# I feel GOOD!



## humner (Apr 17, 2012)

Well, after much pain and heartache, I actually feel that I passed. How do others feel that they did. Remember, on this or any other forum, you don't release any test information. :wave2:


----------



## JFlores (Apr 17, 2012)

I left feeling confident. Hopefully I am happy come 10-12 weeks. I am sure most like me are ready to move on from this exam. Taken over my life and home.


----------



## Dexman PE PMP (Apr 17, 2012)

Welcome to phase 1 of the post-exam emotional roller-coaster.

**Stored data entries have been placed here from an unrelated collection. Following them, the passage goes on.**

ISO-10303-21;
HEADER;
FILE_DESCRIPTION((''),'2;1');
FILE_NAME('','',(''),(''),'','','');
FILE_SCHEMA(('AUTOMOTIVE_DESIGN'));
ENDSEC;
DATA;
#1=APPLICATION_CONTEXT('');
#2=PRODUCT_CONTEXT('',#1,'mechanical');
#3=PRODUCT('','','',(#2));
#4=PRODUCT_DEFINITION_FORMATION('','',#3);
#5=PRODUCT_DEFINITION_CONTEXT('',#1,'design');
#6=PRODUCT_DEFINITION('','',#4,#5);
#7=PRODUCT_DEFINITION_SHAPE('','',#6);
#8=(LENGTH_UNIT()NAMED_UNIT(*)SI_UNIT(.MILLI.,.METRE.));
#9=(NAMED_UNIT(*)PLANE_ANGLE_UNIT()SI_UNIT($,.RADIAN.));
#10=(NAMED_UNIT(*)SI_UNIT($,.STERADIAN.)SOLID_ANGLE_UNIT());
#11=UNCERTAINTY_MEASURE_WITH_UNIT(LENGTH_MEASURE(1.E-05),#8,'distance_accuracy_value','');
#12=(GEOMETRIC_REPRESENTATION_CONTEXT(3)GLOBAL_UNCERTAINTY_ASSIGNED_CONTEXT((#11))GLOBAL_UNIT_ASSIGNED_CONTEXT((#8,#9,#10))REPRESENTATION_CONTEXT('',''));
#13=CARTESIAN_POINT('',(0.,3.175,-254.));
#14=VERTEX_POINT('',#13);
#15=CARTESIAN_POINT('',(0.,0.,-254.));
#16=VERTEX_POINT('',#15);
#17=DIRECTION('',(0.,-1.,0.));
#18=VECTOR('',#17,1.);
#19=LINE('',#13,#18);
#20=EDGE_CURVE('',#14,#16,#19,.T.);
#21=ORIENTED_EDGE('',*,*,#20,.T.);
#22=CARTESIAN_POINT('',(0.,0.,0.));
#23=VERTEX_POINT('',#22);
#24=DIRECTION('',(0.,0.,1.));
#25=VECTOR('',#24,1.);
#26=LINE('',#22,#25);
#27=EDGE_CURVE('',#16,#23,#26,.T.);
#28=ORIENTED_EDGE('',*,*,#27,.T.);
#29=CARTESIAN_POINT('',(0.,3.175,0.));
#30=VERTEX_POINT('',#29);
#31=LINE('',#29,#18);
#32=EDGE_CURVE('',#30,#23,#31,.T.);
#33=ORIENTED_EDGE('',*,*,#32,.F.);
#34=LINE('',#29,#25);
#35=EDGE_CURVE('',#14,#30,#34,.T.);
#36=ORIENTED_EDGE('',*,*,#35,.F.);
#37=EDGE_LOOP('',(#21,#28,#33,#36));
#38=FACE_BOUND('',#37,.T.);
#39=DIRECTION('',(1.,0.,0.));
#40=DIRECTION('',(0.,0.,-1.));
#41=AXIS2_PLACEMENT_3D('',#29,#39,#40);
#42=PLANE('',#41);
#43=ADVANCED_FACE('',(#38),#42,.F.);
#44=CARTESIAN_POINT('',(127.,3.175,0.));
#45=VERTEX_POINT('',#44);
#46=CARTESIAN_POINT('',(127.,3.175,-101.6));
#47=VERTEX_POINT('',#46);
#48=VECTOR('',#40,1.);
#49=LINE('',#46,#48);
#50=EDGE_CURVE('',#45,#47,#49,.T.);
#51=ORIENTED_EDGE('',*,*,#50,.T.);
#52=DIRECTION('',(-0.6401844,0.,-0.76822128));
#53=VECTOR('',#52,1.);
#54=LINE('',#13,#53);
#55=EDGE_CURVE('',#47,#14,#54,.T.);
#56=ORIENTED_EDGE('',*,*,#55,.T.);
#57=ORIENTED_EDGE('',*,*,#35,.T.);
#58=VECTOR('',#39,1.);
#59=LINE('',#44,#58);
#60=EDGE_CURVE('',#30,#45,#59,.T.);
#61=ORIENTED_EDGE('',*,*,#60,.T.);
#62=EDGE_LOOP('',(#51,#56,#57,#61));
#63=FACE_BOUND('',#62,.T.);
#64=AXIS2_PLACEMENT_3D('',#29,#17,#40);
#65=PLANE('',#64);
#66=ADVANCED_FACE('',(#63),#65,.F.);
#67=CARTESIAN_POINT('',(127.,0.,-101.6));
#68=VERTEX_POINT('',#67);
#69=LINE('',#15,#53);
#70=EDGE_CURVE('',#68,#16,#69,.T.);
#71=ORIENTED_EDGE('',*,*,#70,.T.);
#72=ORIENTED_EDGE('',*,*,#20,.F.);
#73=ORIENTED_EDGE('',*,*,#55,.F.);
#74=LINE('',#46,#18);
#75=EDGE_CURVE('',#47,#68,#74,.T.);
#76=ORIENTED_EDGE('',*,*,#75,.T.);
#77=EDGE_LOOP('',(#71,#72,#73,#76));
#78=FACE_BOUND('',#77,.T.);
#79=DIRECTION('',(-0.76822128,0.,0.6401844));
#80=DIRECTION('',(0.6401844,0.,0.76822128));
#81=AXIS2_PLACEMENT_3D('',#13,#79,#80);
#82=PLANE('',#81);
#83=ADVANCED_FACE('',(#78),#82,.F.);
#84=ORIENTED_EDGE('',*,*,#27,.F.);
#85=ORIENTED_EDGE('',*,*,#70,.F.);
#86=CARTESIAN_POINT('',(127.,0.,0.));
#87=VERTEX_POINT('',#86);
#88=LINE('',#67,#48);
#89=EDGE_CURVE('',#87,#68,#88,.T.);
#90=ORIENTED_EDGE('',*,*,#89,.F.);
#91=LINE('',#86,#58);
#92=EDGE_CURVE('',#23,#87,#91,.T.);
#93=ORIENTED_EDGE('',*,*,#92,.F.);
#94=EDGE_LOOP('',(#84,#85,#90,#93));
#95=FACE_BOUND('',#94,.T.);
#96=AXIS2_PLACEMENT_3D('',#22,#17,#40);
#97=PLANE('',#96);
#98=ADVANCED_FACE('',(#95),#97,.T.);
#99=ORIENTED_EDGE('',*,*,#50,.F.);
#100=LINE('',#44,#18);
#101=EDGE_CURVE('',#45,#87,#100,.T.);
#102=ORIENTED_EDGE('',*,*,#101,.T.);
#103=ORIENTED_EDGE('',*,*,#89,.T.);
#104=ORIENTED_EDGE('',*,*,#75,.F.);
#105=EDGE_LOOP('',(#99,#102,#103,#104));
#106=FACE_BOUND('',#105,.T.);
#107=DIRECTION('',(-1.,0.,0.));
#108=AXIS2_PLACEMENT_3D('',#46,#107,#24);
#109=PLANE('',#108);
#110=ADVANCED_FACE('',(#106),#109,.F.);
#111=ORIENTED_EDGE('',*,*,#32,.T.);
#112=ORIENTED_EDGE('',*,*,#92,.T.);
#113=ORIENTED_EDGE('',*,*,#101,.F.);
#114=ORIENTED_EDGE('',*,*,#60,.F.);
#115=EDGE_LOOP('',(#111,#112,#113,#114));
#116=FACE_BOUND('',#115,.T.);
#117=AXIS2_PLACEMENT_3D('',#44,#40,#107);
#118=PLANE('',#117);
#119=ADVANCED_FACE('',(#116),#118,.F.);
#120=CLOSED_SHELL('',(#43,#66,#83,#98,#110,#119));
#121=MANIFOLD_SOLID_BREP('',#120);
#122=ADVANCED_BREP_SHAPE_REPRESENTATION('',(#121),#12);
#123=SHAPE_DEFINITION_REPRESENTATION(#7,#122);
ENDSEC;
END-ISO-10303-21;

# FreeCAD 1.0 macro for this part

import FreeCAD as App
import Part
import Sketcher
Q = App.Units.Quantity

doc = App.newDocument("Part")
body = doc.addObject("PartDesign::Body", "Body")

sketch1 = doc.addObject("Sketcher::SketchObject", "Sketch")
body.addObject(sketch1)
sketch1.AttachmentSupport = (doc.XZ_Plane, [""])
sketch1.MapMode = "FlatFace"
sketch1.addGeometry([
    Part.LineSegment(App.Vector(0, -254, 0), App.Vector(0, 0, 0)),
    Part.LineSegment(App.Vector(0, 0, 0), App.Vector(127, 0, 0)),
    Part.LineSegment(App.Vector(127, 0, 0), App.Vector(127, -101.6, 0)),
    Part.LineSegment(App.Vector(127, -101.6, 0), App.Vector(0, -254, 0)),
], False)
sketch1.addConstraint([
    Sketcher.Constraint("Coincident", 0, 2, 1, 1),
    Sketcher.Constraint("Coincident", 1, 2, 2, 1),
    Sketcher.Constraint("Coincident", 2, 2, 3, 1),
    Sketcher.Constraint("Coincident", 3, 2, 0, 1),
    Sketcher.Constraint("Vertical", 0),
    Sketcher.Constraint("Horizontal", 1),
    Sketcher.Constraint("Vertical", 2),
    Sketcher.Constraint("Coincident", 0, 2, -1, 1),
    Sketcher.Constraint("DistanceX", 1, 1, 1, 2, Q("5 in")),
    Sketcher.Constraint("DistanceY", 0, 1, 0, 2, Q("10 in")),
    Sketcher.Constraint("DistanceY", 2, 2, 2, 1, Q("4 in")),
])
pad1 = doc.addObject("PartDesign::Pad", "Pad")
body.addObject(pad1)
pad1.Profile = sketch1
pad1.Length = Q("0.125 in")
pad1.Reversed = True

doc.recompute()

Phase 2 (second-guessing) will start to set in over the next few days. You will start to forget small (but important) pieces of the exam and forget how you answered the question, but will remember just enough so that you keep trying to re-calculate the answers in your head. You will slowly begin to convince yourself that you got it wrong.

Phase 3 (worry) will follow within a few weeks. At this point, you've convinced yourself that you've missed a few problems, but you *should* still be ok.

After worring for about a month (we're now within a couple weeks of results at this point), you'll jump into full blown doubt (Phase 4). You are now certain that you missed way too many questions to stand a chance at passing.

Many people begin to formulate ways to calculate the cut-score. This is a sub-Phase that can happen any time between Phase 2 and Phase 4.

Once you've lost hope of passing, you'll move into Phase 5 (anger) over the fact that it's taken way too damn long to grade a simple scantron and the guys at NCEES are morons for taking so long. I mean, really, 6-8 weeks to feed a scantron into a f*ing machine, COME ON!! Another source of anger stems from all of the "Not this shit again" and "Don't try to calc it because it's worthless" responses to all of your cut-score posts.

Finally, you'll hit Phase 6 (results). Each person reacts differently at this point whether they passed or not, how many times they've taken it, financial implications, expectations, etc. Regardless of how the results come out, at this point you will find that the CAB of your choice is very welcomed to either celebrate or cry into.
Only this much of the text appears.